- Exercise aim
Starting at the first line of the data below, write out each line exactly until you reach the line containing "v -0.2225 5 0.9749", and include that line too.

━━━ Listed entries ━━━

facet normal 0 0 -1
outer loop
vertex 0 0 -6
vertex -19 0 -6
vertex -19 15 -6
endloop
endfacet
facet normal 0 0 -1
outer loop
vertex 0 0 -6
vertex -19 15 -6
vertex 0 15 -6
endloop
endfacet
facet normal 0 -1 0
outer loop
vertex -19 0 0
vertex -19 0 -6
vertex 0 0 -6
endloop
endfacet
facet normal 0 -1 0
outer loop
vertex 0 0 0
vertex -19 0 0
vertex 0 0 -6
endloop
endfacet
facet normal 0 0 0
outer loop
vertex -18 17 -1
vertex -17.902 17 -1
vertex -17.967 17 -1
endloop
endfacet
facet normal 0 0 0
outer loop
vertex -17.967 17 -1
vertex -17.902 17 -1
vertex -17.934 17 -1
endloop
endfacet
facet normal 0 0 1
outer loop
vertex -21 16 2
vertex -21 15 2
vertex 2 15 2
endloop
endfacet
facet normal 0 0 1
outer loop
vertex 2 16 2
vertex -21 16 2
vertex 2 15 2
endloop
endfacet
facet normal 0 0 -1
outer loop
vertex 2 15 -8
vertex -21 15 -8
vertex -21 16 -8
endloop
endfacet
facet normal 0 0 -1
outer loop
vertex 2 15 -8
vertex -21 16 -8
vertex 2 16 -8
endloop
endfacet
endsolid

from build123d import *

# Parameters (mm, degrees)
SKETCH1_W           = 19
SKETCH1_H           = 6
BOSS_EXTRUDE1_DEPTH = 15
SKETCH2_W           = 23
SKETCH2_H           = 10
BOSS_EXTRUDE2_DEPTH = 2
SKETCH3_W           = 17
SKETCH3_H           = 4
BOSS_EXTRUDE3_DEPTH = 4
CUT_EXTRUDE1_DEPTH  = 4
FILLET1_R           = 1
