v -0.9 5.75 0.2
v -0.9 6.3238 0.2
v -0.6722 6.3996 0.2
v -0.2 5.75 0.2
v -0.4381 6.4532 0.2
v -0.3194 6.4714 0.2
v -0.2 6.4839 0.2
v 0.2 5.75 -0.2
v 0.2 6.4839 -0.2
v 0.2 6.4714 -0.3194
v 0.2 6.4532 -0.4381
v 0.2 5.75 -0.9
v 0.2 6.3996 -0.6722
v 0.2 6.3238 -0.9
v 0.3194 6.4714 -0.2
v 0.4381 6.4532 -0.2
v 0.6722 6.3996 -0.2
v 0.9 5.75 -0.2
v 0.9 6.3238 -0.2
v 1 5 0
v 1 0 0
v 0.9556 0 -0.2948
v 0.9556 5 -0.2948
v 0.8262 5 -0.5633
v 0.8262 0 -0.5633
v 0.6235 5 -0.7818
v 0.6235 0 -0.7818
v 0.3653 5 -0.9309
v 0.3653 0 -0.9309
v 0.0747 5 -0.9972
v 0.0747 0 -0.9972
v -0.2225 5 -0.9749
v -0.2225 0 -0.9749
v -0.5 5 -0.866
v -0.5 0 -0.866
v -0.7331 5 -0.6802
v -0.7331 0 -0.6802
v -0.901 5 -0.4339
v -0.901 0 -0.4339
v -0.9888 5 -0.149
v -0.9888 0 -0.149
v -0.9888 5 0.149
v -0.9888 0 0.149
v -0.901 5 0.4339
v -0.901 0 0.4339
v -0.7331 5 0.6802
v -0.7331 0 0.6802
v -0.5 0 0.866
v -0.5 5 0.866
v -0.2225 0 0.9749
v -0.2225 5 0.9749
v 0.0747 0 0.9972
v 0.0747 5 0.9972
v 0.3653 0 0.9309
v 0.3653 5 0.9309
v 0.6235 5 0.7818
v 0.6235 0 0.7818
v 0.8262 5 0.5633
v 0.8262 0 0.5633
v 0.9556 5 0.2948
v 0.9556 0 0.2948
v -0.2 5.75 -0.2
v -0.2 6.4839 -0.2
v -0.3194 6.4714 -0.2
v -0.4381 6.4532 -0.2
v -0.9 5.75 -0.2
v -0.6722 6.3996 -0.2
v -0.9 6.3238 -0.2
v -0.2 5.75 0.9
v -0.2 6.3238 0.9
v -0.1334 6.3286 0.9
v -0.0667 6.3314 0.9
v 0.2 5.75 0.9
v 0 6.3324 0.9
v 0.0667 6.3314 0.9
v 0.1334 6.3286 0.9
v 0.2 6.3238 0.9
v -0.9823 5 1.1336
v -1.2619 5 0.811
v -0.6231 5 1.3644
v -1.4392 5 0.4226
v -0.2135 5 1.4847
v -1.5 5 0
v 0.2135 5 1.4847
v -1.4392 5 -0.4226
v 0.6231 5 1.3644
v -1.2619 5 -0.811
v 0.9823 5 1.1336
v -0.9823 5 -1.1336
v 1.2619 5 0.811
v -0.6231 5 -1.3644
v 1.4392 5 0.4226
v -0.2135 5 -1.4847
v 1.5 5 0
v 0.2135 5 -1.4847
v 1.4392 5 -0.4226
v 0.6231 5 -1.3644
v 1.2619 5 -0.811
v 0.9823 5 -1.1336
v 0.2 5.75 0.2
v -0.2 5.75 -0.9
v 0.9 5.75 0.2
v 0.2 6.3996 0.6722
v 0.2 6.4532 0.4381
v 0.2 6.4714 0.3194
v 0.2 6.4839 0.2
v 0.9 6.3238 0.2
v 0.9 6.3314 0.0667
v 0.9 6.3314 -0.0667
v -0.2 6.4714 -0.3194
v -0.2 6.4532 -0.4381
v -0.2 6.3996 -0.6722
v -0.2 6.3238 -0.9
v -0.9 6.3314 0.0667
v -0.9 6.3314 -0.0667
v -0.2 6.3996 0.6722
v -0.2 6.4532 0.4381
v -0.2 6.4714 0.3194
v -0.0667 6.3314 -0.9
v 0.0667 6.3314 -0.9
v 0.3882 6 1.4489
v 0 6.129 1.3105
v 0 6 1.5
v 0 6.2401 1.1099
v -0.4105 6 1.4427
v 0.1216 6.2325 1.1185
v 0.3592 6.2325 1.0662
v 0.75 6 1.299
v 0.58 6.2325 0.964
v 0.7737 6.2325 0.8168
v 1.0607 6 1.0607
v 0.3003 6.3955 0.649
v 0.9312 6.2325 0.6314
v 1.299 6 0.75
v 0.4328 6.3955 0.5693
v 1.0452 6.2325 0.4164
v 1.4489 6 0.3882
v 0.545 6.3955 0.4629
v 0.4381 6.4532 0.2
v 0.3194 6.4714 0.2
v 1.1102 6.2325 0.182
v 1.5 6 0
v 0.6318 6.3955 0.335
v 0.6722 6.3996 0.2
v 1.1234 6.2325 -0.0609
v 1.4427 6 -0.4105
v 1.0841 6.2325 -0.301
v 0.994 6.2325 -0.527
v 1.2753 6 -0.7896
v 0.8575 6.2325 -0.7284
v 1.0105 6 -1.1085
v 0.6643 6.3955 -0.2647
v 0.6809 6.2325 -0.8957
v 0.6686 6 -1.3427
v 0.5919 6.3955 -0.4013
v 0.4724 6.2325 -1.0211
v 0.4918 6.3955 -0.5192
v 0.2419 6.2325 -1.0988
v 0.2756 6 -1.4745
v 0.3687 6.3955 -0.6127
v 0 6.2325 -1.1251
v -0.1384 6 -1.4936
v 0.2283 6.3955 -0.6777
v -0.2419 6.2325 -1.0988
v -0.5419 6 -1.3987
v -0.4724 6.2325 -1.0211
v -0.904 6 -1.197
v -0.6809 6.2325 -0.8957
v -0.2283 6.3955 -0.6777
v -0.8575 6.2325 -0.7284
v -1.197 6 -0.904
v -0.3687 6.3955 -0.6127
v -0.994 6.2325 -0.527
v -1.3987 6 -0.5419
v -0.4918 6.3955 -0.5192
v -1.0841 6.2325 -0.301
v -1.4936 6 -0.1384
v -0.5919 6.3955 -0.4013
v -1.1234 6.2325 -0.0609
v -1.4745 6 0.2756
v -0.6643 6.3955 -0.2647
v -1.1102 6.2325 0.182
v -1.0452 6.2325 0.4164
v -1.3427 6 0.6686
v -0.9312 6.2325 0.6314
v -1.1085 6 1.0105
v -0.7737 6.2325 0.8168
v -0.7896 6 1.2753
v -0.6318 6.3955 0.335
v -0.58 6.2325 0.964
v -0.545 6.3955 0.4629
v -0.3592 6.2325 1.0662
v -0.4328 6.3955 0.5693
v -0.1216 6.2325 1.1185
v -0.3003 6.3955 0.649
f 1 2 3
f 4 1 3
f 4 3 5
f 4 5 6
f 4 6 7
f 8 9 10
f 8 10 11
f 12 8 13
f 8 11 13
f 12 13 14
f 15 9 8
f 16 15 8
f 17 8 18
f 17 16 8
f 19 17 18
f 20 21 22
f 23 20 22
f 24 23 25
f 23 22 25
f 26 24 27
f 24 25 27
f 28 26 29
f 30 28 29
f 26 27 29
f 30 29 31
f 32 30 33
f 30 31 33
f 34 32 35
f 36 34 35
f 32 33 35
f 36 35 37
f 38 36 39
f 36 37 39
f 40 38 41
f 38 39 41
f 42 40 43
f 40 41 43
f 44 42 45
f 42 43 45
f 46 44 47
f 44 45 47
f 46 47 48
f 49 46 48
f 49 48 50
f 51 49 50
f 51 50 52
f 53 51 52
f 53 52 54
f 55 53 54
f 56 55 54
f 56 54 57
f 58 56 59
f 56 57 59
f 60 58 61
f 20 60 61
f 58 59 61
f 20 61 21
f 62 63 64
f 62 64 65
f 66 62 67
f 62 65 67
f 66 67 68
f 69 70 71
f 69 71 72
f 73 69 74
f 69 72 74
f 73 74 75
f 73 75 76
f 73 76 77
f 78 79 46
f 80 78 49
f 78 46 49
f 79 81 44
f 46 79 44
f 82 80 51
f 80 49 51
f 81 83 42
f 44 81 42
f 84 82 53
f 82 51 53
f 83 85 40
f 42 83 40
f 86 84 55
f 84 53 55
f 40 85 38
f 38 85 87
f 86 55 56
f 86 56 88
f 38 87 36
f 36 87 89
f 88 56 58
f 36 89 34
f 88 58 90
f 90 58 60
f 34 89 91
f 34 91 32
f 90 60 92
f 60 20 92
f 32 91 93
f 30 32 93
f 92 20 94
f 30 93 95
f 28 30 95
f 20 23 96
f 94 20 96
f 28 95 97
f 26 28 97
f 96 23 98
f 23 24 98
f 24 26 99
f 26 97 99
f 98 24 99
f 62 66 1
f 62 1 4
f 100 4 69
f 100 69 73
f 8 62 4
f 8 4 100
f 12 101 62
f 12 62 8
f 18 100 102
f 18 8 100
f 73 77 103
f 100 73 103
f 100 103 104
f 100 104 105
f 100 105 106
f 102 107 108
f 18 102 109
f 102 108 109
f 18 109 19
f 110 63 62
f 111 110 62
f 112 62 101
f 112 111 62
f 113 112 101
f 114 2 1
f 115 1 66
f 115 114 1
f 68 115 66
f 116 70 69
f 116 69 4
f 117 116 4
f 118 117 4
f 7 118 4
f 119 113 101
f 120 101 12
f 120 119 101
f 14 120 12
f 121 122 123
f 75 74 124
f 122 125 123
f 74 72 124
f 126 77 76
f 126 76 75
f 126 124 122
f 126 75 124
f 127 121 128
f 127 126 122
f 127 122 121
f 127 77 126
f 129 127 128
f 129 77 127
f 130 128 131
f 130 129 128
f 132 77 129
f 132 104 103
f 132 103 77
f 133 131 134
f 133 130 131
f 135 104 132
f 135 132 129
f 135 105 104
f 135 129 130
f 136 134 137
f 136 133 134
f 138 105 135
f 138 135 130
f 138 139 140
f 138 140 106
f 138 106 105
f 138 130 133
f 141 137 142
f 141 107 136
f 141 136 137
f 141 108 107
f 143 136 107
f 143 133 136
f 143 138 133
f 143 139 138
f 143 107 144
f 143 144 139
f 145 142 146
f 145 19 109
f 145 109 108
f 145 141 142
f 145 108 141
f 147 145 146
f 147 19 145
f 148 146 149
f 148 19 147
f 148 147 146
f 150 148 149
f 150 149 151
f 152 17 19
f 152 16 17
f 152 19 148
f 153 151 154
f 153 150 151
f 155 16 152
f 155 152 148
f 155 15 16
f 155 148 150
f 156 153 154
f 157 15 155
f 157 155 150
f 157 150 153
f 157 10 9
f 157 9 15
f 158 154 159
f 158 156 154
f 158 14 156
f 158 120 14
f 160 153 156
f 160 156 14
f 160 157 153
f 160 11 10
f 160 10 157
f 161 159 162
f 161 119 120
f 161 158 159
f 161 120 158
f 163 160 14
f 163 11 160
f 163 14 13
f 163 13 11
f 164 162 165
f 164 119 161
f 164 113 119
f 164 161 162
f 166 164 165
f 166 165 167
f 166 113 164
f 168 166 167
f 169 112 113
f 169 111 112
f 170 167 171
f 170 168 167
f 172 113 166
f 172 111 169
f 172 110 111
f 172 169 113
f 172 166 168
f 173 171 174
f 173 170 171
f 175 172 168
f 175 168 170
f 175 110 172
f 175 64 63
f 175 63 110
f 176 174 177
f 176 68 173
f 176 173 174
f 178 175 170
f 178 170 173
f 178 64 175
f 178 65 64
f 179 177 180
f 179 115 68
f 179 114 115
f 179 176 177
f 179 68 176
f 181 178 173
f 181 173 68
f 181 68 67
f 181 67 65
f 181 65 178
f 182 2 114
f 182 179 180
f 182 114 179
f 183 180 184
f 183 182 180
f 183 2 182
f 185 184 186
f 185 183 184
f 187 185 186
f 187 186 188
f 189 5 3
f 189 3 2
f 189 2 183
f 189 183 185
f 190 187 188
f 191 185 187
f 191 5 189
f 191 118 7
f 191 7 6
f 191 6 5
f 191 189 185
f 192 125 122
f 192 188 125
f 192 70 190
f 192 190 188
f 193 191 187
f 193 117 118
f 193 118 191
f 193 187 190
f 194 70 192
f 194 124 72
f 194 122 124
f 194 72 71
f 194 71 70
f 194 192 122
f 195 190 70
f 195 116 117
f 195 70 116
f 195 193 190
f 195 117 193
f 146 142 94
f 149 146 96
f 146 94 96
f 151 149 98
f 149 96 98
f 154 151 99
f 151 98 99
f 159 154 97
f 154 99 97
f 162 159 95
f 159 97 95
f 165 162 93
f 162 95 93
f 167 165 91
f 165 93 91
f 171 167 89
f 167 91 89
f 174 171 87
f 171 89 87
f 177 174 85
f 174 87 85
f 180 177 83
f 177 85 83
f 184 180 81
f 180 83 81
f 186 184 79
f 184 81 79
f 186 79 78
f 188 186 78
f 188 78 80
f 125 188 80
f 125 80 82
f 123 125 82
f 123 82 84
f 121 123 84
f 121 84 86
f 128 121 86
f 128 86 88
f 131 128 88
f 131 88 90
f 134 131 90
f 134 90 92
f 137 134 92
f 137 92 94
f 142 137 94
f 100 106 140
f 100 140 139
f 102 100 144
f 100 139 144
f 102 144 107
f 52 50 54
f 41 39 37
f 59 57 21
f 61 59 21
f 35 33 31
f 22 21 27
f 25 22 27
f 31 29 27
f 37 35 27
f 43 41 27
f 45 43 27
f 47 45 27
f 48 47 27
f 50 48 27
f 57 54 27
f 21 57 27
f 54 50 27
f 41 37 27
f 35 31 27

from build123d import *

# Parameters (mm, degrees)
SKETCH1_R           = 1
BOSS_EXTRUDE1_DEPTH = 5
SKETCH2_R           = 1.5
BOSS_EXTRUDE2_DEPTH = 1
DOME1_FACE_RADIUS   = 1.5
DOME1_HEIGHT        = 0.5
SKETCH3_W           = 0.7
SKETCH3_H           = 0.4
SKETCH3_W_2         = 0.4
SKETCH3_H_2         = 0.7
CUT_EXTRUDE1_DEPTH  = 0.75


with BuildPart() as part:
    # Sketch1 → Boss-Extrude1 (new body)
    with BuildSketch(Plane(origin=(0, 0, 0), x_dir=(1, 0, 0), z_dir=(0, 1, 0))):
        Circle(SKETCH1_R)
    extrude(amount=BOSS_EXTRUDE1_DEPTH)

    # Sketch2 → Boss-Extrude2 (add)
    with BuildSketch(Plane(origin=(0, 5, 0), x_dir=(1, 0, 0), z_dir=(0, 1, 0))):
        Circle(SKETCH2_R)
    extrude(amount=BOSS_EXTRUDE2_DEPTH)

    # Dome1: a dome of height H over a round flat face of radius A is a cap of a sphere of radius (A * A + H * H) / (2 * H)
    dome1_r = (DOME1_FACE_RADIUS * DOME1_FACE_RADIUS + DOME1_HEIGHT * DOME1_HEIGHT) / (2 * DOME1_HEIGHT)
    dome1_base = Plane((0, 6, 0), z_dir=(0, 1, 0))
    with Locations(dome1_base.offset(DOME1_HEIGHT - dome1_r)):
        dome1_ball = Sphere(dome1_r, mode=Mode.PRIVATE)
    add(split(dome1_ball, bisect_by=dome1_base, keep=Keep.TOP, mode=Mode.PRIVATE))

    # Sketch3 → Cut-Extrude1 (cut)
    with BuildSketch(Plane(origin=(0, 6.5, 0), x_dir=(1, 0, 0), z_dir=(0, 1, 0))):
        with Locations((-0.55, 0)):
            Rectangle(SKETCH3_W, SKETCH3_H)
        Rectangle(SKETCH3_W_2, SKETCH3_H)
        with Locations((0, 0.55)):
            Rectangle(SKETCH3_W_2, SKETCH3_H_2)
        with Locations((0.55, 0)):
            Rectangle(SKETCH3_W, SKETCH3_H)
        with Locations((0, -0.55)):
            Rectangle(SKETCH3_W_2, SKETCH3_H_2)
    extrude(amount=-CUT_EXTRUDE1_DEPTH, mode=Mode.SUBTRACT)


solid = part.part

━━━

- Written response
facet normal 0 0 -1
outer loop
vertex 0 0 -6
vertex -19 0 -6
vertex -19 15 -6
endloop
endfacet
facet normal 0 0 -1
outer loop
vertex 0 0 -6
vertex -19 15 -6
vertex 0 15 -6
endloop
endfacet
facet normal 0 -1 0
outer loop
vertex -19 0 0
vertex -19 0 -6
vertex 0 0 -6
endloop
endfacet
facet normal 0 -1 0
outer loop
vertex 0 0 0
vertex -19 0 0
vertex 0 0 -6
endloop
endfacet
facet normal 0 0 0
outer loop
vertex -18 17 -1
vertex -17.902 17 -1
vertex -17.967 17 -1
endloop
endfacet
facet normal 0 0 0
outer loop
vertex -17.967 17 -1
vertex -17.902 17 -1
vertex -17.934 17 -1
endloop
endfacet
facet normal 0 0 1
outer loop
vertex -21 16 2
vertex -21 15 2
vertex 2 15 2
endloop
endfacet
facet normal 0 0 1
outer loop
vertex 2 16 2
vertex -21 16 2
vertex 2 15 2
endloop
endfacet
facet normal 0 0 -1
outer loop
vertex 2 15 -8
vertex -21 15 -8
vertex -21 16 -8
endloop
endfacet
facet normal 0 0 -1
outer loop
vertex 2 15 -8
vertex -21 16 -8
vertex 2 16 -8
endloop
endfacet
endsolid

from build123d import *

# Parameters (mm, degrees)
SKETCH1_W           = 19
SKETCH1_H           = 6
BOSS_EXTRUDE1_DEPTH = 15
SKETCH2_W           = 23
SKETCH2_H           = 10
BOSS_EXTRUDE2_DEPTH = 2
SKETCH3_W           = 17
SKETCH3_H           = 4
BOSS_EXTRUDE3_DEPTH = 4
CUT_EXTRUDE1_DEPTH  = 4
FILLET1_R           = 1
v -0.9 5.75 0.2
v -0.9 6.3238 0.2
v -0.6722 6.3996 0.2
v -0.2 5.75 0.2
v -0.4381 6.4532 0.2
v -0.3194 6.4714 0.2
v -0.2 6.4839 0.2
v 0.2 5.75 -0.2
v 0.2 6.4839 -0.2
v 0.2 6.4714 -0.3194
v 0.2 6.4532 -0.4381
v 0.2 5.75 -0.9
v 0.2 6.3996 -0.6722
v 0.2 6.3238 -0.9
v 0.3194 6.4714 -0.2
v 0.4381 6.4532 -0.2
v 0.6722 6.3996 -0.2
v 0.9 5.75 -0.2
v 0.9 6.3238 -0.2
v 1 5 0
v 1 0 0
v 0.9556 0 -0.2948
v 0.9556 5 -0.2948
v 0.8262 5 -0.5633
v 0.8262 0 -0.5633
v 0.6235 5 -0.7818
v 0.6235 0 -0.7818
v 0.3653 5 -0.9309
v 0.3653 0 -0.9309
v 0.0747 5 -0.9972
v 0.0747 0 -0.9972
v -0.2225 5 -0.9749
v -0.2225 0 -0.9749
v -0.5 5 -0.866
v -0.5 0 -0.866
v -0.7331 5 -0.6802
v -0.7331 0 -0.6802
v -0.901 5 -0.4339
v -0.901 0 -0.4339
v -0.9888 5 -0.149
v -0.9888 0 -0.149
v -0.9888 5 0.149
v -0.9888 0 0.149
v -0.901 5 0.4339
v -0.901 0 0.4339
v -0.7331 5 0.6802
v -0.7331 0 0.6802
v -0.5 0 0.866
v -0.5 5 0.866
v -0.2225 0 0.9749
v -0.2225 5 0.9749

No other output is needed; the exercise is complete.